_Description of the task_.
Print this span of the material below exactly: the line with "e12 v11 v12", the line with "e25 v10 v18 LINE", and every line between them, but nothing else.

_Material to process_.
[Start of Attachment]
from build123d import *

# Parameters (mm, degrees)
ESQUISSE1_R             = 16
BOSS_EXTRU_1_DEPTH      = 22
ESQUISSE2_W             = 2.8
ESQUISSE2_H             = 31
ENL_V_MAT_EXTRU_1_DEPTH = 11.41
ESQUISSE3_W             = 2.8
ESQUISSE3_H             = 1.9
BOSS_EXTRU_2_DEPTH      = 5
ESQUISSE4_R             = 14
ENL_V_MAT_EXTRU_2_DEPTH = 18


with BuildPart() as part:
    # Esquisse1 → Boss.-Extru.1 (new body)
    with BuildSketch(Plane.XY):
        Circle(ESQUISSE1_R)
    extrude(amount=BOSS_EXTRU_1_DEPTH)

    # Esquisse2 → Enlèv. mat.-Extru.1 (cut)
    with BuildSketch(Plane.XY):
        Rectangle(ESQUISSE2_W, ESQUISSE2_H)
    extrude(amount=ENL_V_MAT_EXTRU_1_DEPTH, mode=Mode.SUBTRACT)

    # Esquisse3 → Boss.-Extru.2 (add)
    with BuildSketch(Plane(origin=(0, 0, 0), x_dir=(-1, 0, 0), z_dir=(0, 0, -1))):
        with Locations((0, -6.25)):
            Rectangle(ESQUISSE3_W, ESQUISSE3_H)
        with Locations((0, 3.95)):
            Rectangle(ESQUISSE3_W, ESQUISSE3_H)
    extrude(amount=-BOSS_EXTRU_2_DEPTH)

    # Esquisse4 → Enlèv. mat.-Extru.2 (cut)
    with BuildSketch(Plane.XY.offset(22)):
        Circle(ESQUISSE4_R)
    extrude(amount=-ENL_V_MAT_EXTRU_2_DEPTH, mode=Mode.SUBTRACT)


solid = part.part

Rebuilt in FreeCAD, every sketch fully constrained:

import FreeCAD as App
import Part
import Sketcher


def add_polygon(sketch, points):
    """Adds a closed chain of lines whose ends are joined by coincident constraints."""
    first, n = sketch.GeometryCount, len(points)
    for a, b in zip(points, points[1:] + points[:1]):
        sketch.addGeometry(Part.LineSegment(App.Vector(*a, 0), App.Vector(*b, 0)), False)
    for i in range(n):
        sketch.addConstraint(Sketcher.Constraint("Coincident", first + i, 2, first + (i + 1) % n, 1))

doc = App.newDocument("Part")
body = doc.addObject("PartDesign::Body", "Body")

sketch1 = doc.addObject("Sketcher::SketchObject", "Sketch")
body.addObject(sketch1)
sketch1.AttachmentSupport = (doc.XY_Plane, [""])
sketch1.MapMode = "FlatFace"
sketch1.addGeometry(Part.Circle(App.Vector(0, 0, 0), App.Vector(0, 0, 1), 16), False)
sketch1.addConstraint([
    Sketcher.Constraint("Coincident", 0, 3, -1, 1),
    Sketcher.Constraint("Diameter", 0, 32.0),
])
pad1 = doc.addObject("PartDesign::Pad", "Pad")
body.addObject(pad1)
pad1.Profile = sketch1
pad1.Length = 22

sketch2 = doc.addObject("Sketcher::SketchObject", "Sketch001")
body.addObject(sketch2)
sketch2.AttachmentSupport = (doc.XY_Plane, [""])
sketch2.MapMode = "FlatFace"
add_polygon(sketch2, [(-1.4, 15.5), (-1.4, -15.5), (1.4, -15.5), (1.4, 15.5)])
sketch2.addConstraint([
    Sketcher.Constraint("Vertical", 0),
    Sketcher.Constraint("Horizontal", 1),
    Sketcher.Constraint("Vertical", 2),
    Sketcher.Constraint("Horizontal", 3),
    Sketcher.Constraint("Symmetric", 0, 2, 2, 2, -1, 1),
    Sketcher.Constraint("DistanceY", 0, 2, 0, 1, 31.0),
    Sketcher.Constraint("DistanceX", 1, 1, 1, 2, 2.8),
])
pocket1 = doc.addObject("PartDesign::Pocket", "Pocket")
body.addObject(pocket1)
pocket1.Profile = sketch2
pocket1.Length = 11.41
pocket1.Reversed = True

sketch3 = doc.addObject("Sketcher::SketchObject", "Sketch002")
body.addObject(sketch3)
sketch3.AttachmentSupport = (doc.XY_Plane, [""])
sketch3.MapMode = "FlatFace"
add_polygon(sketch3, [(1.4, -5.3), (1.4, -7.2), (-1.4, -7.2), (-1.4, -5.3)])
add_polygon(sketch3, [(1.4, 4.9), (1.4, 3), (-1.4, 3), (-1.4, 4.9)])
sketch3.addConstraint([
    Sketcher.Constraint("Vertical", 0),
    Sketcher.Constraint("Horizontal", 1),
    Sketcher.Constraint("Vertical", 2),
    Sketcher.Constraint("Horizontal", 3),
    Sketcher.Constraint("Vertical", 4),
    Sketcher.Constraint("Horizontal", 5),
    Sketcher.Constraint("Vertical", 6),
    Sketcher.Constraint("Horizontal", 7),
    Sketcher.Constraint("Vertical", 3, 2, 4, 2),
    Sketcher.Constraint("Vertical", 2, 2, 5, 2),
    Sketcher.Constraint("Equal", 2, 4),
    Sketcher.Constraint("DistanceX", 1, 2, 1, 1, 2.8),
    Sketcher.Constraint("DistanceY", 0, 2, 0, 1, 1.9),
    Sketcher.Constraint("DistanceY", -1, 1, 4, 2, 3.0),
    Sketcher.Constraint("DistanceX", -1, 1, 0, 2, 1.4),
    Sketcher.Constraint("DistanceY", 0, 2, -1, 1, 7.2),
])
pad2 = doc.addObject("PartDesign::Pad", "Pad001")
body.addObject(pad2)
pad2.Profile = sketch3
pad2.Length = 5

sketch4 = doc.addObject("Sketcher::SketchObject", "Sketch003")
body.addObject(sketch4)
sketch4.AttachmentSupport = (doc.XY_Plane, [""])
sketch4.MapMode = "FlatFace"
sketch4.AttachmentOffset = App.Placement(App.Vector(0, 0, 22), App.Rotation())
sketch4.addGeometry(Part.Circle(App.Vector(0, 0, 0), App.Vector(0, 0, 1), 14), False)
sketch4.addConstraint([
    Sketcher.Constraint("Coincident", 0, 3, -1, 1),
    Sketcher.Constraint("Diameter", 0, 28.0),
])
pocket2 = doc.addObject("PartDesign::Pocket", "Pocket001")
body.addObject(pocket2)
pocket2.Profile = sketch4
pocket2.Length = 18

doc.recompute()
[End of Attachment]
[Start of Attachment]
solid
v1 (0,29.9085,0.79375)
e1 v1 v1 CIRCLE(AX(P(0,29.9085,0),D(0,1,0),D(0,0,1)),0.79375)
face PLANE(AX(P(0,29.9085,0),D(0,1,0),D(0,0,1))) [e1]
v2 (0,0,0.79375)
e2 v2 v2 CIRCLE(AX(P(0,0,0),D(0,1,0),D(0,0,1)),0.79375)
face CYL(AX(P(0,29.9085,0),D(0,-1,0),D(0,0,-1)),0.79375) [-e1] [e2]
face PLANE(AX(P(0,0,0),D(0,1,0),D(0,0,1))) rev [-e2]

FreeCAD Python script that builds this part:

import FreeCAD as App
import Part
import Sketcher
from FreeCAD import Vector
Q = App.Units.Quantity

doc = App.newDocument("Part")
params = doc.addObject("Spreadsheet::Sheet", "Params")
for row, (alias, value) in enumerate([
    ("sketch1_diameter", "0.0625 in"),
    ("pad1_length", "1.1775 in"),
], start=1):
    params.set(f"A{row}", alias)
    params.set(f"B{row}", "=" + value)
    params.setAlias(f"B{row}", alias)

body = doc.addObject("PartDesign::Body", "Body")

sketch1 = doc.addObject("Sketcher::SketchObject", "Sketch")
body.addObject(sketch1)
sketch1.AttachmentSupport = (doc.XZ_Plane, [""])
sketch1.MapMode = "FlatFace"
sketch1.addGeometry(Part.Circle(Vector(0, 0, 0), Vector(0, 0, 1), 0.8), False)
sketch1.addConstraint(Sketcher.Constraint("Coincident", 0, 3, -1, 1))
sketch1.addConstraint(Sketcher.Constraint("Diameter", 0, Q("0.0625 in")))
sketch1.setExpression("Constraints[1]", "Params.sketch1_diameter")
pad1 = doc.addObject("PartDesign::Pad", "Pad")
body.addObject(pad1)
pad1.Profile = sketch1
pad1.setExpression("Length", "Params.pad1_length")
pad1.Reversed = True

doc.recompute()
[End of Attachment]
[Start of Attachment]
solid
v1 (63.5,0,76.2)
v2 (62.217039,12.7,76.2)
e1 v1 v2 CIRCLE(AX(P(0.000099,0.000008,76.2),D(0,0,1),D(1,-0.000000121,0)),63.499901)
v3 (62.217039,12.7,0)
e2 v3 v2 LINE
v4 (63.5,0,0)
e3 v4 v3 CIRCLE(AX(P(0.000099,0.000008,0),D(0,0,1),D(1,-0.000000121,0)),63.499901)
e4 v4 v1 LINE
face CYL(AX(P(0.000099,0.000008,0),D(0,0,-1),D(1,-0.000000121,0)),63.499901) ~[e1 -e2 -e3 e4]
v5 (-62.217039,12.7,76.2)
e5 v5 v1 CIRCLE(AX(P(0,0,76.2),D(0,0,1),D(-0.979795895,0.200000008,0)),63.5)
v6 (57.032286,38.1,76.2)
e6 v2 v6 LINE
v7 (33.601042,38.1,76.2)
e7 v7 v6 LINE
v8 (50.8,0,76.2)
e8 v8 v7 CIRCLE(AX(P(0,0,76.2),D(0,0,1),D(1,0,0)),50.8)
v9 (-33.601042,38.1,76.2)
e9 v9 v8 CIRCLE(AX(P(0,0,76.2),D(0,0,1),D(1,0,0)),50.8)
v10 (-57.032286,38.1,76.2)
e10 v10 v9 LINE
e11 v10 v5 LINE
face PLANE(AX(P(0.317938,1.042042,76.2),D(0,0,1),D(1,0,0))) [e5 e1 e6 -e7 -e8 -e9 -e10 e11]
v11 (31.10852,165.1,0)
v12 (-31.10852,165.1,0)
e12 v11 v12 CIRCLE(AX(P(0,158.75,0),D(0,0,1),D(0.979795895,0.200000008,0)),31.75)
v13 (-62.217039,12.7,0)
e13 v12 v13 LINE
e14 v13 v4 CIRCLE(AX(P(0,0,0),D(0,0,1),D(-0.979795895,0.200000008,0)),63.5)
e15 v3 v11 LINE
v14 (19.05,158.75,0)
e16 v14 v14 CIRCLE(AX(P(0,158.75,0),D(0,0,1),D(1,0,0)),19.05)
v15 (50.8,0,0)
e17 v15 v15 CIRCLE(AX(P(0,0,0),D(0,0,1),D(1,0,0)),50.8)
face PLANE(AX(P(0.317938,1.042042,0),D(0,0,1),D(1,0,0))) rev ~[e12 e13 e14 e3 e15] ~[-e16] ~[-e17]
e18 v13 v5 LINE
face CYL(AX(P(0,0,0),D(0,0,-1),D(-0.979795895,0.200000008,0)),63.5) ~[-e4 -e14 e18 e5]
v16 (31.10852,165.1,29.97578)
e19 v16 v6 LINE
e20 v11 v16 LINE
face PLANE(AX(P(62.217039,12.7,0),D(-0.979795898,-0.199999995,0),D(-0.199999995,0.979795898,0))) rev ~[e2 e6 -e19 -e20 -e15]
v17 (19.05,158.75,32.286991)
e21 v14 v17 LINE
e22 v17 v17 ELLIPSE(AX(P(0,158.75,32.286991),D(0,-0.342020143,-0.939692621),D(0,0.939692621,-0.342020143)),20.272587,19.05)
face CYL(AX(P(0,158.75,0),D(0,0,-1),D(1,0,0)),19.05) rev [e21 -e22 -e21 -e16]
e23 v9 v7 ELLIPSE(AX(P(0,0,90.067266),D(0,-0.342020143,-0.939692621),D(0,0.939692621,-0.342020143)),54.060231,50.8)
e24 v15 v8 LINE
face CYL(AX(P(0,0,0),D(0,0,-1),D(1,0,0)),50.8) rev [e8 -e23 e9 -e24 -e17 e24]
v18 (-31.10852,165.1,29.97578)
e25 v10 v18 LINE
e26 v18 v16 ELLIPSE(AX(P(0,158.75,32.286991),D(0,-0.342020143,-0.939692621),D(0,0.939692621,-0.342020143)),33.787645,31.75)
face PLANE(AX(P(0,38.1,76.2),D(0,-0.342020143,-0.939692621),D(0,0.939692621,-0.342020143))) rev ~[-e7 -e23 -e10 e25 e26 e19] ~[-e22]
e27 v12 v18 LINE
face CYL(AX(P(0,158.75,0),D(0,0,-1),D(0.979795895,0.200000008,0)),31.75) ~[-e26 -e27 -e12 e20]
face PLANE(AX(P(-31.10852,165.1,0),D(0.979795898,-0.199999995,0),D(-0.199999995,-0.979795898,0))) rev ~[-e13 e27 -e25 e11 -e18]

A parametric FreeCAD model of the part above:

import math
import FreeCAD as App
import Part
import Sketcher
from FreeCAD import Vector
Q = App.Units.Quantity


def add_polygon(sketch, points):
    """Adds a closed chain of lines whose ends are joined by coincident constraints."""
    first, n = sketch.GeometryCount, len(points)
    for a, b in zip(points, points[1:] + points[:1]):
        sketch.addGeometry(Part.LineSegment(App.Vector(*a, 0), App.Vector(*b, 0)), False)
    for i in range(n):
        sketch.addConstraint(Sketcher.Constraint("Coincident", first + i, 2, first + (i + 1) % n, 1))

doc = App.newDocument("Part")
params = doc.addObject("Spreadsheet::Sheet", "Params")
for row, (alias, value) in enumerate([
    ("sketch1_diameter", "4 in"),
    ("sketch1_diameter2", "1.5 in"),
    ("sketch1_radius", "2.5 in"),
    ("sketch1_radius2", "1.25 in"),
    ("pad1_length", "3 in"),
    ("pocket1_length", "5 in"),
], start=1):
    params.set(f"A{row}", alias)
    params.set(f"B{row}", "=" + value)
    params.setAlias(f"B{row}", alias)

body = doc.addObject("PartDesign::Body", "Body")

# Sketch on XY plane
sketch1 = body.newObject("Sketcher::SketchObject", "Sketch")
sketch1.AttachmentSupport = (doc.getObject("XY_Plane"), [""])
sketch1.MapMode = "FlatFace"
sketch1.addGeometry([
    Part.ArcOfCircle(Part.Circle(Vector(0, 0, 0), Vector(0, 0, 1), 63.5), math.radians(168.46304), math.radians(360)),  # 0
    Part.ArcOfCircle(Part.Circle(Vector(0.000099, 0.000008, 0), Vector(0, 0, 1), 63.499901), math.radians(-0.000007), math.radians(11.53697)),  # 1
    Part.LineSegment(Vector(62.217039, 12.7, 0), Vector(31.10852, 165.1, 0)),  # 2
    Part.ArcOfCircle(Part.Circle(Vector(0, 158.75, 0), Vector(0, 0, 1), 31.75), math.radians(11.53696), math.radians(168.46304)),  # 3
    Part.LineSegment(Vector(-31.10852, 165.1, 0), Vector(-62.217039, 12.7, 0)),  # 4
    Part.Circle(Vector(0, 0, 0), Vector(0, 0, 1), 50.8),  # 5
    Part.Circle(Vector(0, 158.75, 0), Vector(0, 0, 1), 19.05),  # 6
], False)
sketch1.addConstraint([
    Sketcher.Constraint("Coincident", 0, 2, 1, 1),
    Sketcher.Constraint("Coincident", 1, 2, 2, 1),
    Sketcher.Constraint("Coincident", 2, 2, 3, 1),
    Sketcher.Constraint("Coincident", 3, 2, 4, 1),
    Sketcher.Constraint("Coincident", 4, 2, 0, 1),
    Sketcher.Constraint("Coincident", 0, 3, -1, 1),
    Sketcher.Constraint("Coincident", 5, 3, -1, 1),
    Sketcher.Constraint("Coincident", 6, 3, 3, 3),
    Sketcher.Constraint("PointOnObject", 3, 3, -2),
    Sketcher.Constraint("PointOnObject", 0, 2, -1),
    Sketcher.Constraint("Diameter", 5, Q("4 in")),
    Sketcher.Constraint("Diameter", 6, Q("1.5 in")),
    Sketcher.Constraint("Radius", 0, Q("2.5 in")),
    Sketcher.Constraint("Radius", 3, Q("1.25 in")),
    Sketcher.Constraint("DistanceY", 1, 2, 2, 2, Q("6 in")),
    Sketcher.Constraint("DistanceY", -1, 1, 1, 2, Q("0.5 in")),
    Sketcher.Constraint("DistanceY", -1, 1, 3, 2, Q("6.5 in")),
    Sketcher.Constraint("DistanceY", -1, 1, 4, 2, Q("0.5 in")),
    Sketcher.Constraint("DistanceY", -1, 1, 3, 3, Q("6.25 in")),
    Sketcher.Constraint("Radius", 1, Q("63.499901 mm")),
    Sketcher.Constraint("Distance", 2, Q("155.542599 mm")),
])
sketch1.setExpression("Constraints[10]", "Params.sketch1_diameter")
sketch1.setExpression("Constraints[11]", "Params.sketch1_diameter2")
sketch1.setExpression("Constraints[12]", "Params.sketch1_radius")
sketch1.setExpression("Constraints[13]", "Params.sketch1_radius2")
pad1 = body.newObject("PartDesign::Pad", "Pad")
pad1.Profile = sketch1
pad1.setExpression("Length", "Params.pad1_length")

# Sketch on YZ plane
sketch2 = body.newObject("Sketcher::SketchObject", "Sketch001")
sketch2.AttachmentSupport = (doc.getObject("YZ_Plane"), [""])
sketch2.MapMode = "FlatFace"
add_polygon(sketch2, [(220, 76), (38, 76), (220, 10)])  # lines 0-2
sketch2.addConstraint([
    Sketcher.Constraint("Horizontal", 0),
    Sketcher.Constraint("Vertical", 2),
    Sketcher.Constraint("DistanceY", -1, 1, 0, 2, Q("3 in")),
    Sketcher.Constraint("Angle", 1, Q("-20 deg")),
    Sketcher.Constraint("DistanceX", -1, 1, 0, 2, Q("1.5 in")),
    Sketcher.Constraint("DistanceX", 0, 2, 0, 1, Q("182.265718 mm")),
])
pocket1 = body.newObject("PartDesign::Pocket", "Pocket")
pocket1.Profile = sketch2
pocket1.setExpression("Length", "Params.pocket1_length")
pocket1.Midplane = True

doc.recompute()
[End of Attachment]
_Response area_.
e12 v11 v12 CIRCLE(AX(P(0,158.75,0),D(0,0,1),D(0.979795895,0.200000008,0)),31.75)
v13 (-62.217039,12.7,0)
e13 v12 v13 LINE
e14 v13 v4 CIRCLE(AX(P(0,0,0),D(0,0,1),D(-0.979795895,0.200000008,0)),63.5)
e15 v3 v11 LINE
v14 (19.05,158.75,0)
e16 v14 v14 CIRCLE(AX(P(0,158.75,0),D(0,0,1),D(1,0,0)),19.05)
v15 (50.8,0,0)
e17 v15 v15 CIRCLE(AX(P(0,0,0),D(0,0,1),D(1,0,0)),50.8)
face PLANE(AX(P(0.317938,1.042042,0),D(0,0,1),D(1,0,0))) rev ~[e12 e13 e14 e3 e15] ~[-e16] ~[-e17]
e18 v13 v5 LINE
face CYL(AX(P(0,0,0),D(0,0,-1),D(-0.979795895,0.200000008,0)),63.5) ~[-e4 -e14 e18 e5]
v16 (31.10852,165.1,29.97578)
e19 v16 v6 LINE
e20 v11 v16 LINE
face PLANE(AX(P(62.217039,12.7,0),D(-0.979795898,-0.199999995,0),D(-0.199999995,0.979795898,0))) rev ~[e2 e6 -e19 -e20 -e15]
v17 (19.05,158.75,32.286991)
e21 v14 v17 LINE
e22 v17 v17 ELLIPSE(AX(P(0,158.75,32.286991),D(0,-0.342020143,-0.939692621),D(0,0.939692621,-0.342020143)),20.272587,19.05)
face CYL(AX(P(0,158.75,0),D(0,0,-1),D(1,0,0)),19.05) rev [e21 -e22 -e21 -e16]
e23 v9 v7 ELLIPSE(AX(P(0,0,90.067266),D(0,-0.342020143,-0.939692621),D(0,0.939692621,-0.342020143)),54.060231,50.8)
e24 v15 v8 LINE
face CYL(AX(P(0,0,0),D(0,0,-1),D(1,0,0)),50.8) rev [e8 -e23 e9 -e24 -e17 e24]
v18 (-31.10852,165.1,29.97578)
e25 v10 v18 LINE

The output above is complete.